WHAT YOU NEED TO DO: Take each line from the material below that includes the string "Rectangle" and copy it.

*****

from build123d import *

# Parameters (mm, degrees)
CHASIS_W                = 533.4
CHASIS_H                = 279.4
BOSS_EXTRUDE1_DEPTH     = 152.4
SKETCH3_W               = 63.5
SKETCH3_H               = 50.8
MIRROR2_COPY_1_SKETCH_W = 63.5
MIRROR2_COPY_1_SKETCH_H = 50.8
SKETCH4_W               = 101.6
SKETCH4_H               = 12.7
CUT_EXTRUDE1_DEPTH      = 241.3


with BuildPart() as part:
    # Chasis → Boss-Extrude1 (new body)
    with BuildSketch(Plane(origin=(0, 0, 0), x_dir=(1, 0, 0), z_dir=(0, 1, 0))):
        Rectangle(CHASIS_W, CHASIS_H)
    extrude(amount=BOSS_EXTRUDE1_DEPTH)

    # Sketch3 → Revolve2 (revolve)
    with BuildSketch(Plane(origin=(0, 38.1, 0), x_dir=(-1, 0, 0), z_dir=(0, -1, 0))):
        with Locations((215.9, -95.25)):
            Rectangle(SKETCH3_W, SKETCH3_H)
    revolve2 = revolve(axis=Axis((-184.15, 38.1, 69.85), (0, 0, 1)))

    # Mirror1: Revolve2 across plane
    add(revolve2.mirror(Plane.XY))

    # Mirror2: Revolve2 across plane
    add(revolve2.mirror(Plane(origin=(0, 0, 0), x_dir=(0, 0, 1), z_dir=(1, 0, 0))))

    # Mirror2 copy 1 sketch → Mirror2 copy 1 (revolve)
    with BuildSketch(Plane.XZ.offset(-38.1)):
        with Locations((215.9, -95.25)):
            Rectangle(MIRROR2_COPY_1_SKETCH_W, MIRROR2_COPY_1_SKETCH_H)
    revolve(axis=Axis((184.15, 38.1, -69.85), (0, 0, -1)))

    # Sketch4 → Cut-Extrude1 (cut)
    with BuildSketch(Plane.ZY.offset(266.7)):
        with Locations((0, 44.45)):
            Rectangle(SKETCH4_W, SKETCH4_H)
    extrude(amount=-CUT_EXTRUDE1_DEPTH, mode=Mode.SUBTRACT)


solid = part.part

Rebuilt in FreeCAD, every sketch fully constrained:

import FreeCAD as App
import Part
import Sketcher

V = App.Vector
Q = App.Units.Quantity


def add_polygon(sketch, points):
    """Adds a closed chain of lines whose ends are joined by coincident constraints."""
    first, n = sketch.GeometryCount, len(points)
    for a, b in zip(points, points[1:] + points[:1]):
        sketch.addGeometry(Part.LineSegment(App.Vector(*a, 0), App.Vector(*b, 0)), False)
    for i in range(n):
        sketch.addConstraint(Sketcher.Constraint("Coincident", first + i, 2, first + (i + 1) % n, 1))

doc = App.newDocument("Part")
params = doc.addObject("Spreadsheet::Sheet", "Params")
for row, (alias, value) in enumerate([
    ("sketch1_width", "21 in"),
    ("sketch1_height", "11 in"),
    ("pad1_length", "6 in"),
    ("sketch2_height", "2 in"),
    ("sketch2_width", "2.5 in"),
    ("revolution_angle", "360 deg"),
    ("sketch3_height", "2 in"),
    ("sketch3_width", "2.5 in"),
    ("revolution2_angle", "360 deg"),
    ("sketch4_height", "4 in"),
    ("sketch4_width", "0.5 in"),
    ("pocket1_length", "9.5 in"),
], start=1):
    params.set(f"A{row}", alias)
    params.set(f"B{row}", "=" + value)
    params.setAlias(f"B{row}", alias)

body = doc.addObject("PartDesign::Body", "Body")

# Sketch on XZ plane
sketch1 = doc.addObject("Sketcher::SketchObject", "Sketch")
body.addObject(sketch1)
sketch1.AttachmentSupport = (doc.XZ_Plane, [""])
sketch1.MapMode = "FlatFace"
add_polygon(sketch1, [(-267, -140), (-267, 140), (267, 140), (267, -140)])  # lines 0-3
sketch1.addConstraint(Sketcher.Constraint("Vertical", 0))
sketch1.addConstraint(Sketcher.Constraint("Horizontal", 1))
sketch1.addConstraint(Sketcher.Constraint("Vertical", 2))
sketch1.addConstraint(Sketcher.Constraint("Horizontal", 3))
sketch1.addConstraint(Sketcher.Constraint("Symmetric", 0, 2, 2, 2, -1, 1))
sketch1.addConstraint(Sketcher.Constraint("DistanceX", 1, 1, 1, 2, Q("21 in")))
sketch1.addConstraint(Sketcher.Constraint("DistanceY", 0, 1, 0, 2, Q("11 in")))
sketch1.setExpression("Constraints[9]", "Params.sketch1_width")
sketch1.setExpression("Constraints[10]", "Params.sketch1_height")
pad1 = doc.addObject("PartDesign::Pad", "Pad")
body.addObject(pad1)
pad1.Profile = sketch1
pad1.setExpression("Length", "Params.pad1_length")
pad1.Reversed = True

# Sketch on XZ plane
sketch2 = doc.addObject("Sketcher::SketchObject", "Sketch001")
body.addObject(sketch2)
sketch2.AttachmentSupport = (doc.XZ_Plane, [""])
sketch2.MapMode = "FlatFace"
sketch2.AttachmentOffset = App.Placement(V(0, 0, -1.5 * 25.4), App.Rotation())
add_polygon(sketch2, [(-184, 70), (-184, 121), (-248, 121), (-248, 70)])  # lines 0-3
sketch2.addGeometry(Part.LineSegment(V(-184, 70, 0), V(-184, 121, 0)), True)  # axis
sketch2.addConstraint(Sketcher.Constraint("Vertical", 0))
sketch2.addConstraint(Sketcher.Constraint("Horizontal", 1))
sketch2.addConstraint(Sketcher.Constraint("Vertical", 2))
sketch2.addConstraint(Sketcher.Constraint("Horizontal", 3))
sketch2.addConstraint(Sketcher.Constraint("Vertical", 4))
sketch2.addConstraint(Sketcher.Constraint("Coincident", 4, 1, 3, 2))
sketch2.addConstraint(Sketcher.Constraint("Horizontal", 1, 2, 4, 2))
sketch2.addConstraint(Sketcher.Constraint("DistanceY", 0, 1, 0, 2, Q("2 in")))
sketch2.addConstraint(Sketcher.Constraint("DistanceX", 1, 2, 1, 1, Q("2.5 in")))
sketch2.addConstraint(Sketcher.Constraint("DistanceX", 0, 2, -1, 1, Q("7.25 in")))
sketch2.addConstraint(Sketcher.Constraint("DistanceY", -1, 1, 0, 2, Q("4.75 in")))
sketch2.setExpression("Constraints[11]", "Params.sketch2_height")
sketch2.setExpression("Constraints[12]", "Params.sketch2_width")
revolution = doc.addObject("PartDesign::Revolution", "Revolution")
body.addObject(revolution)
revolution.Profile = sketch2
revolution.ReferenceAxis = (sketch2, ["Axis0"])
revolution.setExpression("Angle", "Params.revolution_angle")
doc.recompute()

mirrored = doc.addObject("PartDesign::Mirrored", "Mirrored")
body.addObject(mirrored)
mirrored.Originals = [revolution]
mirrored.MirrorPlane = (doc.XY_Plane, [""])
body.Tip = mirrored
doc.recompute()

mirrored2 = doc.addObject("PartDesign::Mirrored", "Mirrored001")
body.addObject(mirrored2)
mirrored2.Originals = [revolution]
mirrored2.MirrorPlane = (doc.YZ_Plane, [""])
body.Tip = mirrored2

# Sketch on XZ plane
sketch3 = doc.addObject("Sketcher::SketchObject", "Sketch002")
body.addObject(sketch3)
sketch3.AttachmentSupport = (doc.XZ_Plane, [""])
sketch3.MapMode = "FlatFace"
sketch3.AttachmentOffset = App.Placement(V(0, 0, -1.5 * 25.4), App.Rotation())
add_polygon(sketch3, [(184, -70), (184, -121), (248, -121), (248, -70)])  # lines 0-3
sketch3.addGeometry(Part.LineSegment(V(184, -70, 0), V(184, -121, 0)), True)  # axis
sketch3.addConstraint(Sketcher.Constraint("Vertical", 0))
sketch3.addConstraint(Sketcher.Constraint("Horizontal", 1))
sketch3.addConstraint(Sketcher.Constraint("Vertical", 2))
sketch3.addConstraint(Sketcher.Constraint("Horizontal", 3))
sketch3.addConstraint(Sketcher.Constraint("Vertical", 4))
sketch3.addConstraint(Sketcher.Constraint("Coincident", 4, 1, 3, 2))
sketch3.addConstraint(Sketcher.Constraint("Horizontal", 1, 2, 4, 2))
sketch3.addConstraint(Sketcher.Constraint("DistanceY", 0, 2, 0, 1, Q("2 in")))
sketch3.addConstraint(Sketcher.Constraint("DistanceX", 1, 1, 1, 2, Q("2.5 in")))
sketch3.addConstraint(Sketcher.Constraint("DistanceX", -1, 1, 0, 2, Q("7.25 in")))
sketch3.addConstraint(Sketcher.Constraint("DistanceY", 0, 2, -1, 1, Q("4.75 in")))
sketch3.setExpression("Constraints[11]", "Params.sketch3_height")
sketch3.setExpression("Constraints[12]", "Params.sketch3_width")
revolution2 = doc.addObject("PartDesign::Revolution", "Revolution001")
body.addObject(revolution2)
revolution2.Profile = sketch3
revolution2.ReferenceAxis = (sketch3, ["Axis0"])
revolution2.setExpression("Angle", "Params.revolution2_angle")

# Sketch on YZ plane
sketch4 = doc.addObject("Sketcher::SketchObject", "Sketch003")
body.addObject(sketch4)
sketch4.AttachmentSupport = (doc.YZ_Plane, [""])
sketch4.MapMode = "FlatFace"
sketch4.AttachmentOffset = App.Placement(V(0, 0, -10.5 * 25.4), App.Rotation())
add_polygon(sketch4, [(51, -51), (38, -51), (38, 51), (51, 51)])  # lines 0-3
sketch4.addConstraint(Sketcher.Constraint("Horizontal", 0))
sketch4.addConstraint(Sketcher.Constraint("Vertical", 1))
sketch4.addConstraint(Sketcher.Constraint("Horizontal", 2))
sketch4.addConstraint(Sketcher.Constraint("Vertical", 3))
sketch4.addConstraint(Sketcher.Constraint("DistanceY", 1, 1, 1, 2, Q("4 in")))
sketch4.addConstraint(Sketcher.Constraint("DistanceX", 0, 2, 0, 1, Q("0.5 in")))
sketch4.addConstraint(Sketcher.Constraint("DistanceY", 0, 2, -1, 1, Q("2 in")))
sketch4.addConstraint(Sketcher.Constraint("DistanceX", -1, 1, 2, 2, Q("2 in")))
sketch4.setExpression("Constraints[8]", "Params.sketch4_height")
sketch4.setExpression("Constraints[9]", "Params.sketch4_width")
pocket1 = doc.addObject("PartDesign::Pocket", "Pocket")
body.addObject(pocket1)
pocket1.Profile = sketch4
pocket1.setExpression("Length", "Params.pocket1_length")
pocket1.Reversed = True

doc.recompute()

*****

RESPONSE:
        Rectangle(CHASIS_W, CHASIS_H)
            Rectangle(SKETCH3_W, SKETCH3_H)
            Rectangle(MIRROR2_COPY_1_SKETCH_W, MIRROR2_COPY_1_SKETCH_H)
            Rectangle(SKETCH4_W, SKETCH4_H)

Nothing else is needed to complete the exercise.